Outgoing FMG CEO Elizabeth Gaines, who also commented in the results on the need to stamp out sexual harassment in the mining industry following a WA parliamentary inquiry last year, noted it remained FMG’s second highest profit result in its history, promising a strong start to FY23.

“We are accelerating our transition to a vertically integrated green energy and resources company and are leading the way in decarbonisation. In FY22 our global economic contribution was $27.6 billion demonstrating our important contribution to the economy and the communities in which we operate,” she said.

“We have experienced a strong start to FY23 and through operational excellence, a sustained focus on productivity and a disciplined approach to capital allocation, we will continue to deliver benefits to all our stakeholders.”

FMG shipped a record 189Mt in FY22 as average iron ore revenue fell from above US$135/t to a tick under US$100/t, with guidance of 187-192Mt including 1Mt from its new Iron Bridge magnetite mine.

The big concern looks to be costs from the inflationary labour and supply chain environment in WA. C1 costs at FMG’s Pilbara ops rose from US$13.93/t in FY21 to US$15.91/t in FY22, and are expected to rise further to US$18-18.75/t in FY23.

 

Fortescue Metals Group (ASX:FMG) share price today:

 

 

 

Signed, Sealed, Delivered, Iron Awe

Twiggy and Co. wasn’t the only iron ore giant ticking off on its financials today.

Fellow billionaire Chris Ellison lodged his accounts for Mineral Resources (ASX:MIN) this fine morn.

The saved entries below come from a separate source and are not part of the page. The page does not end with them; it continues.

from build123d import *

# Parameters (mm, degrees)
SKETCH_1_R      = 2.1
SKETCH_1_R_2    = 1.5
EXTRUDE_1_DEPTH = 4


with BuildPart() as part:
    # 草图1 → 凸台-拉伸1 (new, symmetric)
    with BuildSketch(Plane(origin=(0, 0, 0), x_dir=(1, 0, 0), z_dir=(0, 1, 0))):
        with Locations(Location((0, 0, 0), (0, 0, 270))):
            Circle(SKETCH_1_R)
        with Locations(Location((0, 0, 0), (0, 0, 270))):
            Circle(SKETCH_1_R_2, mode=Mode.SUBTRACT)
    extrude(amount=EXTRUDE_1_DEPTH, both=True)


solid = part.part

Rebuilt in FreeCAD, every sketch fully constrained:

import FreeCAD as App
import Part
import Sketcher
from FreeCAD import Vector
Q = App.Units.Quantity

doc = App.newDocument("Part")
body = doc.addObject("PartDesign::Body", "Body")

sketch1 = body.newObject("Sketcher::SketchObject", "Sketch")
sketch1.AttachmentSupport = (doc.getObject("XZ_Plane"), [""])
sketch1.MapMode = "FlatFace"
sketch1.addGeometry([
    Part.Circle(Vector(0, 0, 0), Vector(0, 0, 1), 2.1),
    Part.Circle(Vector(0, 0, 0), Vector(0, 0, 1), 1.5),
], False)
sketch1.addConstraint([
    Sketcher.Constraint("Coincident", 0, 3, -1, 1),
    Sketcher.Constraint("Coincident", 1, 3, -1, 1),
    Sketcher.Constraint("Diameter", 1, Q("3 mm")),
    Sketcher.Constraint("Diameter", 0, Q("4.2 mm")),
])
pad1 = body.newObject("PartDesign::Pad", "Pad")
pad1.Profile = sketch1
pad1.Length = 8
pad1.Midplane = True

doc.recompute()
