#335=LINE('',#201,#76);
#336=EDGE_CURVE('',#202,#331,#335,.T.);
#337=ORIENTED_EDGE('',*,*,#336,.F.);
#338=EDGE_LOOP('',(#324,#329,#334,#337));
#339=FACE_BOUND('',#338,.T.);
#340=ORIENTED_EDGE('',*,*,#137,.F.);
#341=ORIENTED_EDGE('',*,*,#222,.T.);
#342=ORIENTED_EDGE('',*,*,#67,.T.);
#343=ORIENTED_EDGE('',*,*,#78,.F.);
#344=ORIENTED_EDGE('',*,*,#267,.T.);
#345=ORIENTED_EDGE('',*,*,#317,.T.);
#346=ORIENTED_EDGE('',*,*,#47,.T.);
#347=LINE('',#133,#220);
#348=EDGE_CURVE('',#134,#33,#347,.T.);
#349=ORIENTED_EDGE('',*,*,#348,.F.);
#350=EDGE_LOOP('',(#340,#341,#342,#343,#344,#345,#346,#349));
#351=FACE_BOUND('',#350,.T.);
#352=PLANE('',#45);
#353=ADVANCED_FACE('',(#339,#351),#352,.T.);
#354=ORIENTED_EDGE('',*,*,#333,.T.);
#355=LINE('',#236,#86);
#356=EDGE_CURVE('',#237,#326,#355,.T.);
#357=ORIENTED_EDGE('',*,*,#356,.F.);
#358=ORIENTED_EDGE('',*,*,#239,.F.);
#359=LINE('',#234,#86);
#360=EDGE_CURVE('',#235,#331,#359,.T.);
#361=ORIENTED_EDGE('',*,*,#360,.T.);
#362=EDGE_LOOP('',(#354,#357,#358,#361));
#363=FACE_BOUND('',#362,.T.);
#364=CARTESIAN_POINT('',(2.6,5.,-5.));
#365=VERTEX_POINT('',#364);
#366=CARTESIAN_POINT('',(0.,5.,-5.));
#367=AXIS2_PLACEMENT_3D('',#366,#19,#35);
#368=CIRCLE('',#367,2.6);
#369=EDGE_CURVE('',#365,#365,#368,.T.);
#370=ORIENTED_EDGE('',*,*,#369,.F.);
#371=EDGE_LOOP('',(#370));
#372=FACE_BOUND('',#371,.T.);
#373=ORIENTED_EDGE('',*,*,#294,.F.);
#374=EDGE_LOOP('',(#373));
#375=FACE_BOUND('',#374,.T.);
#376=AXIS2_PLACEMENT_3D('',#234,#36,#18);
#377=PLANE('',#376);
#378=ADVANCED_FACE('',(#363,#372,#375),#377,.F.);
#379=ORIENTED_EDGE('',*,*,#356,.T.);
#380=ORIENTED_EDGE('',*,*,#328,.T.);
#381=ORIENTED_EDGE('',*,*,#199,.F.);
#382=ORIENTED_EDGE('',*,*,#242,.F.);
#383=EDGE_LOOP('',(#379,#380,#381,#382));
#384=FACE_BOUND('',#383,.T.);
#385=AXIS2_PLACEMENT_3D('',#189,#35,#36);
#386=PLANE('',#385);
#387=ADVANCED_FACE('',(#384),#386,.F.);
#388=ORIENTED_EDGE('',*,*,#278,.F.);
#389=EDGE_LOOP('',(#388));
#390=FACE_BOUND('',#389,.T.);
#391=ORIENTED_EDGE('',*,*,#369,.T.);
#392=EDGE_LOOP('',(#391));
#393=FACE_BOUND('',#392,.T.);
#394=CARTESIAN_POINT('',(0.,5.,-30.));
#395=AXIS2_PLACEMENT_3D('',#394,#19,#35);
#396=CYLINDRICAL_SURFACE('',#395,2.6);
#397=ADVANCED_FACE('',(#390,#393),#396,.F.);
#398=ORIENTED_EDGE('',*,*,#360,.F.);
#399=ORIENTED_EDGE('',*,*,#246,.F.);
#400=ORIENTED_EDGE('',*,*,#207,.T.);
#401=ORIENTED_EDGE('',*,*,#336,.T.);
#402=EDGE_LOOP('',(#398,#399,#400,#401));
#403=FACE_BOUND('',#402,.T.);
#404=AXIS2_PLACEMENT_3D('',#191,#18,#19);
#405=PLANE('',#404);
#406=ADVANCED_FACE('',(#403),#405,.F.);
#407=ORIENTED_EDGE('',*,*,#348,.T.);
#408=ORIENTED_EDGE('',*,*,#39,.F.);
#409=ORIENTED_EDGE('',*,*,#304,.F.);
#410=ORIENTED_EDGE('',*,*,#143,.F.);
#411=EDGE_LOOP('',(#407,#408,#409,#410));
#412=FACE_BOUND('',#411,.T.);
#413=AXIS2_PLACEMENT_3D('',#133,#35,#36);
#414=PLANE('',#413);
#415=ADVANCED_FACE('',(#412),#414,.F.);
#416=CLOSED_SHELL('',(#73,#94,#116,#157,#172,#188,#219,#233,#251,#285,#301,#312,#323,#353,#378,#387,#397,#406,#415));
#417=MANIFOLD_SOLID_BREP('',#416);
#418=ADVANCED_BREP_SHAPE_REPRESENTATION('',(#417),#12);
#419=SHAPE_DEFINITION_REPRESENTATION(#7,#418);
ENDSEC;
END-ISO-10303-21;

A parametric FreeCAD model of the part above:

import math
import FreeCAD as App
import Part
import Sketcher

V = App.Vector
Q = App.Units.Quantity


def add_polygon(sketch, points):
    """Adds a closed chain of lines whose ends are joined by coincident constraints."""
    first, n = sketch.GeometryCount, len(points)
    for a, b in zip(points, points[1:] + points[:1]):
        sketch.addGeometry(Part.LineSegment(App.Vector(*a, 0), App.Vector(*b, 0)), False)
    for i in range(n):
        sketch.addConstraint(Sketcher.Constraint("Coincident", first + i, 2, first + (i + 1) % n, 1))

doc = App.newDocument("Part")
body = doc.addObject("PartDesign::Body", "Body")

Fresh off its comically awful recruitment ad with former Foreign Minister Julie Bishop, Ellison brought more cringeworthy humour from Perth’s Golden Triangle, joking that nothing he said could be used as evidence.

The firm is currently embroiled in a legal dispute with a former procurement officer.

But another announcement took precedence as MinRes got its multitude of international partners to tick off on the development of the $3 billion Onslow iron ore hub, starting with the Red Hill Iron Ore JV it acquired last year.

It will transform ~20Mtpa MinRes’ standing in the iron ore industry into a genuine mid-tier player, shipping 35Mtpa once the new hub is up and operating, with the ASX-listed miner committing $1.3 billion in a capital loan to claim an extra 17% of the project, giving it a total stake of 57%.

MinRes’ PR team was in finer form on that announcement, slyly choosing Stevie Wonder’s Signed Sealed Delivered as the hold music for its results call.

After a ‘mare in its half-year results in February, which included a $36m loss and dumped dividend, the final results were a better outcome.

While falling iron ore prices and inflationary pressures on costs meant MinRes was no chance of matching its $1.1b profit FY21 profit, higher lithium prices and record iron ore and mining services volumes saw the company deliver $3.42b in revenue, $1.024b in EBITDA and $400m in NPAT for the full year.

Lower iron ore prices were a $1.41b hit to MinRes’ earnings, offset by a $417m increase in spodumene sales.

The ASX 50 firm, which has $2.4b in the bank, will pay a $1 per share dividend (~$190m), down from $1.75/sh in FY21.